Our natural gait, it turns out, defines us as humans. Not speaking broadly —
that we’re only truly bipedal mammal on the earth, blah blah blah — but as
individuals. Researchers are increasingly convinced that how we walk can
identify us as unique individuals, much like a fingerprint or retina scan.

This sort of research has been underway since the late 1990s, picking up more
urgency after the 2001 terrorist attacks on New York and Washington, and the
London train attack in 2005. DARPA and Homeland Security, among others, are
keenly interested in video analysis programs that can separate out and analyze
an individual gait, then use this like fingerprints. DARPA has been sponsoring
“human identification at a distance” studies since 2000, which often combines
gait analysis with facial and gesture analysis. It’s a hot field right now,
and has been heralded as a less invasive approach than retina scans or blood
tests or fingerprinting. One study I read on the algorithms of walking put the
appeal simply: “Advantages include the fact that it does not require subject
cooperation or body contact, and the sensor may be located remotely.”

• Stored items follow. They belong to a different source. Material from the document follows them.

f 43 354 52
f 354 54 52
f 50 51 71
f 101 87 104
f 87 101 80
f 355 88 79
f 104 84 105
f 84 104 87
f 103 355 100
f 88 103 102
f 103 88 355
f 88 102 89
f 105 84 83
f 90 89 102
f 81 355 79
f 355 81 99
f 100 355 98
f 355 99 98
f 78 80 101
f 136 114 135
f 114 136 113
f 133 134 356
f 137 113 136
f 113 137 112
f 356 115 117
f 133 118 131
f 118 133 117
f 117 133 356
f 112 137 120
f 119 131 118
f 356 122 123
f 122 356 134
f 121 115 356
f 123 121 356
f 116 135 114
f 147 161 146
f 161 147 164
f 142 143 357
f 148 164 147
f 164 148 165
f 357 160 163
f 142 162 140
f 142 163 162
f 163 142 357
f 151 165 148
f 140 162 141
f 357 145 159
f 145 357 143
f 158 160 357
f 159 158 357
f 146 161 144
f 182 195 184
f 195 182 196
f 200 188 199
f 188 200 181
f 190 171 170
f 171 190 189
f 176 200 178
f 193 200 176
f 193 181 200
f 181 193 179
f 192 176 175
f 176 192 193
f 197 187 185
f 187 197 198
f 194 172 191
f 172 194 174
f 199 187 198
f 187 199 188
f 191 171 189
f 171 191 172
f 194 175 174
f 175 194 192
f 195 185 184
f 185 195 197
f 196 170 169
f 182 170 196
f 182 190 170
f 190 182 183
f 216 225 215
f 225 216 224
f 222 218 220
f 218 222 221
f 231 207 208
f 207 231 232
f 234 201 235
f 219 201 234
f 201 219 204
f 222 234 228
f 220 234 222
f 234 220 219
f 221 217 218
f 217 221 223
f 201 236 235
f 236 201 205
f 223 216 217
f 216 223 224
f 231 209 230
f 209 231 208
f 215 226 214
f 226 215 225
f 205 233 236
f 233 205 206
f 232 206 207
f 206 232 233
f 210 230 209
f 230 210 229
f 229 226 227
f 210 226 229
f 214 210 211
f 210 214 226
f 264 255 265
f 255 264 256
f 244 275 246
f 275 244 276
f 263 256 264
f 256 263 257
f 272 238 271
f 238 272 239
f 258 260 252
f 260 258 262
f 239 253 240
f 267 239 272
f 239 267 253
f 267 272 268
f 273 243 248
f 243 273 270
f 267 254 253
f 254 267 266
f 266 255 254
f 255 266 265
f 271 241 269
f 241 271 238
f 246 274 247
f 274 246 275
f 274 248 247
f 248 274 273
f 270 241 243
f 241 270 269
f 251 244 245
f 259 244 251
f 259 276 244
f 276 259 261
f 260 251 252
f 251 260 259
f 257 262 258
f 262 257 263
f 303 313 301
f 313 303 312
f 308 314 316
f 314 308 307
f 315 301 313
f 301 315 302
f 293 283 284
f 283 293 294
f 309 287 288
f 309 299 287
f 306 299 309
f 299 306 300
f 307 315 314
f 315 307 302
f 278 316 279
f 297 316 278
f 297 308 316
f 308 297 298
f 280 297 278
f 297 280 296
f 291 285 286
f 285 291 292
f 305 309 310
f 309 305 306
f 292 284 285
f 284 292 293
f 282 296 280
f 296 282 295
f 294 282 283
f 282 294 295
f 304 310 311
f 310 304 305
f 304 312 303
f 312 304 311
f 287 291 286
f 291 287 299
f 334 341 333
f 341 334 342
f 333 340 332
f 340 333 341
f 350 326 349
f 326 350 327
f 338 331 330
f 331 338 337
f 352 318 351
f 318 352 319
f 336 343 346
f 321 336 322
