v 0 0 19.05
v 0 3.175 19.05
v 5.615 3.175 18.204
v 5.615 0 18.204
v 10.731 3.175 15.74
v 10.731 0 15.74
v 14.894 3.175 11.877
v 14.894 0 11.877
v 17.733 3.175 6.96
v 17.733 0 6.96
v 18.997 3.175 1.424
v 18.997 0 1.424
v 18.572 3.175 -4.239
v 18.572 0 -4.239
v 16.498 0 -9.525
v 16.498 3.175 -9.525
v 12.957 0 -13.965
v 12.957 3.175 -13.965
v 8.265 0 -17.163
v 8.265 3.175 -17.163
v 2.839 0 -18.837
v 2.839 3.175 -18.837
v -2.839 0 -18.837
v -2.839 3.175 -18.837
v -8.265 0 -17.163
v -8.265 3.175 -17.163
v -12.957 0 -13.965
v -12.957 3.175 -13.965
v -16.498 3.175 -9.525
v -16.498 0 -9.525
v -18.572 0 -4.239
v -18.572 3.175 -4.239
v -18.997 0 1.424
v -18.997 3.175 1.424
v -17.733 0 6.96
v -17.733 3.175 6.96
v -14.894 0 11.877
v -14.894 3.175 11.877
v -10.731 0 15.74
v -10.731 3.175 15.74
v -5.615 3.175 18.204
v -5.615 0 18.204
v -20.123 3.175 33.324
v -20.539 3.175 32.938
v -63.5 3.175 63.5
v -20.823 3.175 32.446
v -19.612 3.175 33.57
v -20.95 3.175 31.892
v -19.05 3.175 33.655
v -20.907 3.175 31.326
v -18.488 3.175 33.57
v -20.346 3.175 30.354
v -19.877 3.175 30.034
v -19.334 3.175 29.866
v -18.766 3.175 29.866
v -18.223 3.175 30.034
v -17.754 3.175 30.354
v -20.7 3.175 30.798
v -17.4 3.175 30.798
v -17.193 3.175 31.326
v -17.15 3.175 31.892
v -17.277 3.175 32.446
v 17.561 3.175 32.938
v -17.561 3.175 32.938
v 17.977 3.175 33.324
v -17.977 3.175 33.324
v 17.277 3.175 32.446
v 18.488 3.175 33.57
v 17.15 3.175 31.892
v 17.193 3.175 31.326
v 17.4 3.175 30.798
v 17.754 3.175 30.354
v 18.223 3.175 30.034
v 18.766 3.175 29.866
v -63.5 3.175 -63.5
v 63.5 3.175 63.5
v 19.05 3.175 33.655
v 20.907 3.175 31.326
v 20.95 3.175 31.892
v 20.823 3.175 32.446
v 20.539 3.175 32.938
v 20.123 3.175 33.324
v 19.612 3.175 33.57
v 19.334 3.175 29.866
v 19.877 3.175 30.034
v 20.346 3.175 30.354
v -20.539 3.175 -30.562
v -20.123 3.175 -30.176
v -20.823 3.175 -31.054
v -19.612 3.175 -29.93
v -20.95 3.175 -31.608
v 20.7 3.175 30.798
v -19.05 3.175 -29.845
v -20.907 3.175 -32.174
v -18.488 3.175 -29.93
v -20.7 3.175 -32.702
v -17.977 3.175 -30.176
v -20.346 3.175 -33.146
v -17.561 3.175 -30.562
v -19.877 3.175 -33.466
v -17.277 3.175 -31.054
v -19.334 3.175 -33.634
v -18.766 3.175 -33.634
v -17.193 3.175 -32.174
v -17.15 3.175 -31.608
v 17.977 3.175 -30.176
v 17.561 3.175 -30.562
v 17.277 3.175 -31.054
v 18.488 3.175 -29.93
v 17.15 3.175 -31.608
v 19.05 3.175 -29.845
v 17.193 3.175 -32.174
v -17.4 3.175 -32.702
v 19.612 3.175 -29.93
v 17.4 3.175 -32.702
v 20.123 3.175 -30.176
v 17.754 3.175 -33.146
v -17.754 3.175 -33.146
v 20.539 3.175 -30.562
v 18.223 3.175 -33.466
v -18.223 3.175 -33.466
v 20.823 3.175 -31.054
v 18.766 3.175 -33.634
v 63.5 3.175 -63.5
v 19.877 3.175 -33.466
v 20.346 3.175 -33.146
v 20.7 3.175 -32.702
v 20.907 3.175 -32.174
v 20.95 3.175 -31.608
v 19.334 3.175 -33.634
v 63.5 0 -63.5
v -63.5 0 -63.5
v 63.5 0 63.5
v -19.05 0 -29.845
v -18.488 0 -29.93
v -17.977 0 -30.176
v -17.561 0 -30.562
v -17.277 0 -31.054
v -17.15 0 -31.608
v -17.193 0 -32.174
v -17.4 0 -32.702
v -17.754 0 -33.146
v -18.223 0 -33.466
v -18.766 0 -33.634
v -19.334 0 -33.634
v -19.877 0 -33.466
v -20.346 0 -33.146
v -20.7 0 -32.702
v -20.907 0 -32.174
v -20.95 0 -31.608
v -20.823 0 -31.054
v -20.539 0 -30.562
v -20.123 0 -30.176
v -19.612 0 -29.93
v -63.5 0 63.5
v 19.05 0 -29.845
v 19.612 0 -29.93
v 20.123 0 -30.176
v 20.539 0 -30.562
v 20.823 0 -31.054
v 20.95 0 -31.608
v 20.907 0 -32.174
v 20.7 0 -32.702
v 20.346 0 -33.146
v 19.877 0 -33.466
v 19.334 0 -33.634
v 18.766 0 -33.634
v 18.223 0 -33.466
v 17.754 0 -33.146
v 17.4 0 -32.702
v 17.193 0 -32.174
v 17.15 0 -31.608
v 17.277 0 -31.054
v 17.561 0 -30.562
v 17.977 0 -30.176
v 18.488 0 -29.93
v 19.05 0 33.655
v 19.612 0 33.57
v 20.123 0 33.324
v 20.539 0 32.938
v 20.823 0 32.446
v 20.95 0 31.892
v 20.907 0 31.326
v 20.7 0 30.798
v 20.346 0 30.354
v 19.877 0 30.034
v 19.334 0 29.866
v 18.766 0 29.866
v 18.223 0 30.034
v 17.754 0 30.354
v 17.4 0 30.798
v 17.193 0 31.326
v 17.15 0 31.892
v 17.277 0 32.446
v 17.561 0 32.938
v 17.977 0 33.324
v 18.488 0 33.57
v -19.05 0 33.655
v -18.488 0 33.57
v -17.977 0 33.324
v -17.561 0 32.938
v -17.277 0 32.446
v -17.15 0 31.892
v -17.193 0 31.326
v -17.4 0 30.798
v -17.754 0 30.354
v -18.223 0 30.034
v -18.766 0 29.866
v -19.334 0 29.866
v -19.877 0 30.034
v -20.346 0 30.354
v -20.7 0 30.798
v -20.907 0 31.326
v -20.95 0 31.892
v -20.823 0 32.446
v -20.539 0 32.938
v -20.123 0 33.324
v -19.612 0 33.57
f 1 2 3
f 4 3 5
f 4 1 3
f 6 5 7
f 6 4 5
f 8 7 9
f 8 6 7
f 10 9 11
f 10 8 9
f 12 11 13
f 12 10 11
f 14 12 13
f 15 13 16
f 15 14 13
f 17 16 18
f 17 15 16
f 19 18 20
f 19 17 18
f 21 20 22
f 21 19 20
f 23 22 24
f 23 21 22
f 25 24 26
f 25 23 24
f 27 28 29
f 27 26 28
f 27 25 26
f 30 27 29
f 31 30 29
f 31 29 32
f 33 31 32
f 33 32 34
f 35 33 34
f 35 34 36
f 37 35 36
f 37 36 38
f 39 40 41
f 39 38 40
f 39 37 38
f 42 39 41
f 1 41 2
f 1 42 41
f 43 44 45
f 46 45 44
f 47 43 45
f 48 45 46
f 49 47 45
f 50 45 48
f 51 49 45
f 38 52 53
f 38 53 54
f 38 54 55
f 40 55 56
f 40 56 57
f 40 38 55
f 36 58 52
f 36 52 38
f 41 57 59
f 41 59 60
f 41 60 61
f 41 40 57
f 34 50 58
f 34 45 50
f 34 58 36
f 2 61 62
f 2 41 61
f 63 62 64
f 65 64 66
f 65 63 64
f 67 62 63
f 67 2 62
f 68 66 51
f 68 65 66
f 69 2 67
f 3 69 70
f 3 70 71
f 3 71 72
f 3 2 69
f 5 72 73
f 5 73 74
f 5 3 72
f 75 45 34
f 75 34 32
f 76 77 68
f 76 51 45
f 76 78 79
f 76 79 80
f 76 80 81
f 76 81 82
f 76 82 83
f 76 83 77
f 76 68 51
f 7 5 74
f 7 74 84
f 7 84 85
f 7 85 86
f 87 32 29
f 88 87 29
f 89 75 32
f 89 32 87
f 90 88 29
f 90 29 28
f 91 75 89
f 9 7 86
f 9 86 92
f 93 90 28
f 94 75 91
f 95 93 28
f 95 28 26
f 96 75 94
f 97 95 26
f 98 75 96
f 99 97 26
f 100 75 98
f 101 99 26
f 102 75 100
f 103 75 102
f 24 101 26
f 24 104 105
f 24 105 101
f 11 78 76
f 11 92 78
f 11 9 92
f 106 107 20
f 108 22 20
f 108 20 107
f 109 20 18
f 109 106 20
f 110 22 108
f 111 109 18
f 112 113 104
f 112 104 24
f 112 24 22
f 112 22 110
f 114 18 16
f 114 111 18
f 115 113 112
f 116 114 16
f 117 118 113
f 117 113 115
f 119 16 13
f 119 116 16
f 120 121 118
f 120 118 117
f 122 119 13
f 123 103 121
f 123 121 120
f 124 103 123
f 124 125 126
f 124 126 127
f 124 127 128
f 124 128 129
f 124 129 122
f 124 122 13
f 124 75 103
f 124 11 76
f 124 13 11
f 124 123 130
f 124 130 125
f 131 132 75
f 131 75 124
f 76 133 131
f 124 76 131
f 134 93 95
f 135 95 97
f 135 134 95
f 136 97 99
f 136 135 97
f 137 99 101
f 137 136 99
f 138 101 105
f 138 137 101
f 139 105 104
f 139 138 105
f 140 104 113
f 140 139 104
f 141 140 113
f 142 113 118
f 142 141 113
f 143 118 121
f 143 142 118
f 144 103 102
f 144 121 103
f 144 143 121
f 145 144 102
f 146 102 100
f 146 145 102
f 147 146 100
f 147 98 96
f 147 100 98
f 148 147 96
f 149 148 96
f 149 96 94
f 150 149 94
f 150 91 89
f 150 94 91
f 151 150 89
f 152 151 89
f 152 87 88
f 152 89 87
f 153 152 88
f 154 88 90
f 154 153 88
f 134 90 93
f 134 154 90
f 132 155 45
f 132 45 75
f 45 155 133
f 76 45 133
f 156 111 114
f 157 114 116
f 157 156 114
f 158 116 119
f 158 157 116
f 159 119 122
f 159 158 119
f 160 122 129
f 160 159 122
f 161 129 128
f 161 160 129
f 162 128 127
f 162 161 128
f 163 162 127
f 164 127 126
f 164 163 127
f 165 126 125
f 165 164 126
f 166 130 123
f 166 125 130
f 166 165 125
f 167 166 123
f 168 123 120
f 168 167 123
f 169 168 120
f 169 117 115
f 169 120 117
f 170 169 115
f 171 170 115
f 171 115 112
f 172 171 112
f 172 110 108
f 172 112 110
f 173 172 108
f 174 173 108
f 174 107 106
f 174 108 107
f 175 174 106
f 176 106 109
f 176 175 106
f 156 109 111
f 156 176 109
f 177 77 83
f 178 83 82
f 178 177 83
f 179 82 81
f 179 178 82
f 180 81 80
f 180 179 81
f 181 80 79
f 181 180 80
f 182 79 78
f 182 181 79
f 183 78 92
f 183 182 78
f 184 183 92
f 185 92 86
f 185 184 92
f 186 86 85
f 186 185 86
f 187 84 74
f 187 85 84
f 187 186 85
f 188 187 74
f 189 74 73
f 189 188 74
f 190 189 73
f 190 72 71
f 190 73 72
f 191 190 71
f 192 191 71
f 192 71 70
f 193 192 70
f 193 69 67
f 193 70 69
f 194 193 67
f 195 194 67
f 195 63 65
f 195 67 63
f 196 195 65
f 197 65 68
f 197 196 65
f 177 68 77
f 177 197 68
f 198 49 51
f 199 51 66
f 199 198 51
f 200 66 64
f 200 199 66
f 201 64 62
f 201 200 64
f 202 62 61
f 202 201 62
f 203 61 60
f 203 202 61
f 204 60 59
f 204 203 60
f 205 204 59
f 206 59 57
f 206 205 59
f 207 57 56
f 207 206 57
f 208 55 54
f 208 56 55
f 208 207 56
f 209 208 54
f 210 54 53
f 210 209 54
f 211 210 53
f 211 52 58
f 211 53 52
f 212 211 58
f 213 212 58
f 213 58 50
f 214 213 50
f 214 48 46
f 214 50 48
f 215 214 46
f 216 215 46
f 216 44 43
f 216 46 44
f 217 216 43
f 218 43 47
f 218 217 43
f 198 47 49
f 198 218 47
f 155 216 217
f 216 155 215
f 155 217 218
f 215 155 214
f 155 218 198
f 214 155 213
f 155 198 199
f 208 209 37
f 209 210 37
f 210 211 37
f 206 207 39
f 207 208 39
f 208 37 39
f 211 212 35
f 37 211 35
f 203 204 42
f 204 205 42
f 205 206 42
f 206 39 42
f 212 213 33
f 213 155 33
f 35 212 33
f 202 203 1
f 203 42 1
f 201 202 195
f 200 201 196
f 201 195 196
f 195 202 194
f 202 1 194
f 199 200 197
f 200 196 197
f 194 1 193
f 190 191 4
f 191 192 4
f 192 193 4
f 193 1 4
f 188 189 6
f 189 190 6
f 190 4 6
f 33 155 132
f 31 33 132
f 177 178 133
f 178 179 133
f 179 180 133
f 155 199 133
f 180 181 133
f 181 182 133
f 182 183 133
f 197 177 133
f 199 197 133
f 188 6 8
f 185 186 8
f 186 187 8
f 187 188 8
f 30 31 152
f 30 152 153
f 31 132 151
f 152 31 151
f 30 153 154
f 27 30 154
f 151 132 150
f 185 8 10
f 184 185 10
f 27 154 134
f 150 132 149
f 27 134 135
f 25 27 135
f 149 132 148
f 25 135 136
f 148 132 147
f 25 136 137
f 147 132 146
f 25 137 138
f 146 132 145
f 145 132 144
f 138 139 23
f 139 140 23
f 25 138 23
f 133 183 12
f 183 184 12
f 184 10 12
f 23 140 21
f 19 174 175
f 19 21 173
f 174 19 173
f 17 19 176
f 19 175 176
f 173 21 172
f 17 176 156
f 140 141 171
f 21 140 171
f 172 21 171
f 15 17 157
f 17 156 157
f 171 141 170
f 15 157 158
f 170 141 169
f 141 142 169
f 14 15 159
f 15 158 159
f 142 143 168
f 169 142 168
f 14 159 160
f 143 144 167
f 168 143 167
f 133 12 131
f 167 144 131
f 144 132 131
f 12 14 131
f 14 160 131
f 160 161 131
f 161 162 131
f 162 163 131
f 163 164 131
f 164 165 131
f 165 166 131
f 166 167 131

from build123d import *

# Parameters (mm, degrees)
SKETCH1_W           = 127
SKETCH1_H           = 127
BOSS_EXTRUDE1_DEPTH = 3.175
SKETCH2_R           = 19.05
SKETCH2_R_2         = 1.905
CUT_EXTRUDE1_DEPTH  = 90.858670283


with BuildPart() as part:
    # Sketch1 → Boss-Extrude1 (new body)
    with BuildSketch(Plane(origin=(0, 0, 0), x_dir=(1, 0, 0), z_dir=(0, 1, 0))):
        Rectangle(SKETCH1_W, SKETCH1_H)
    extrude(amount=BOSS_EXTRUDE1_DEPTH)

    # Sketch2 → Cut-Extrude1 (cut, through all)
    with BuildSketch(Plane(origin=(0, 0, 0), x_dir=(1, 0, 0), z_dir=(0, 1, 0))):
        with Locations(Location((0, 0, 0), (0, 0, 270))):
            Circle(SKETCH2_R)
        with Locations(Location((19.05, 31.75, 0), (0, 0, 270))):
            Circle(SKETCH2_R_2)
        with Locations(Location((-19.05, 31.75, 0), (0, 0, 270))):
            Circle(SKETCH2_R_2)
        with Locations(Location((-19.05, -31.75, 0), (0, 0, 270))):
            Circle(SKETCH2_R_2)
        with Locations(Location((19.05, -31.75, 0), (0, 0, 270))):
            Circle(SKETCH2_R_2)
    extrude(amount=CUT_EXTRUDE1_DEPTH, mode=Mode.SUBTRACT)


solid = part.part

<http://www.thesmartset.com/article/article01181302.aspx>

------
awongh
that is some really cool tech. I wonder if the camera reads the player's
numbers on their jerseys when they go onto the court?

I could imagine a cool realtime consumer version of this for all kinds of
sports where you get an instant replay type of thing projected onto some kind
of madden/video game type avatars: unpause and play any game from any instant
in the game you're watching.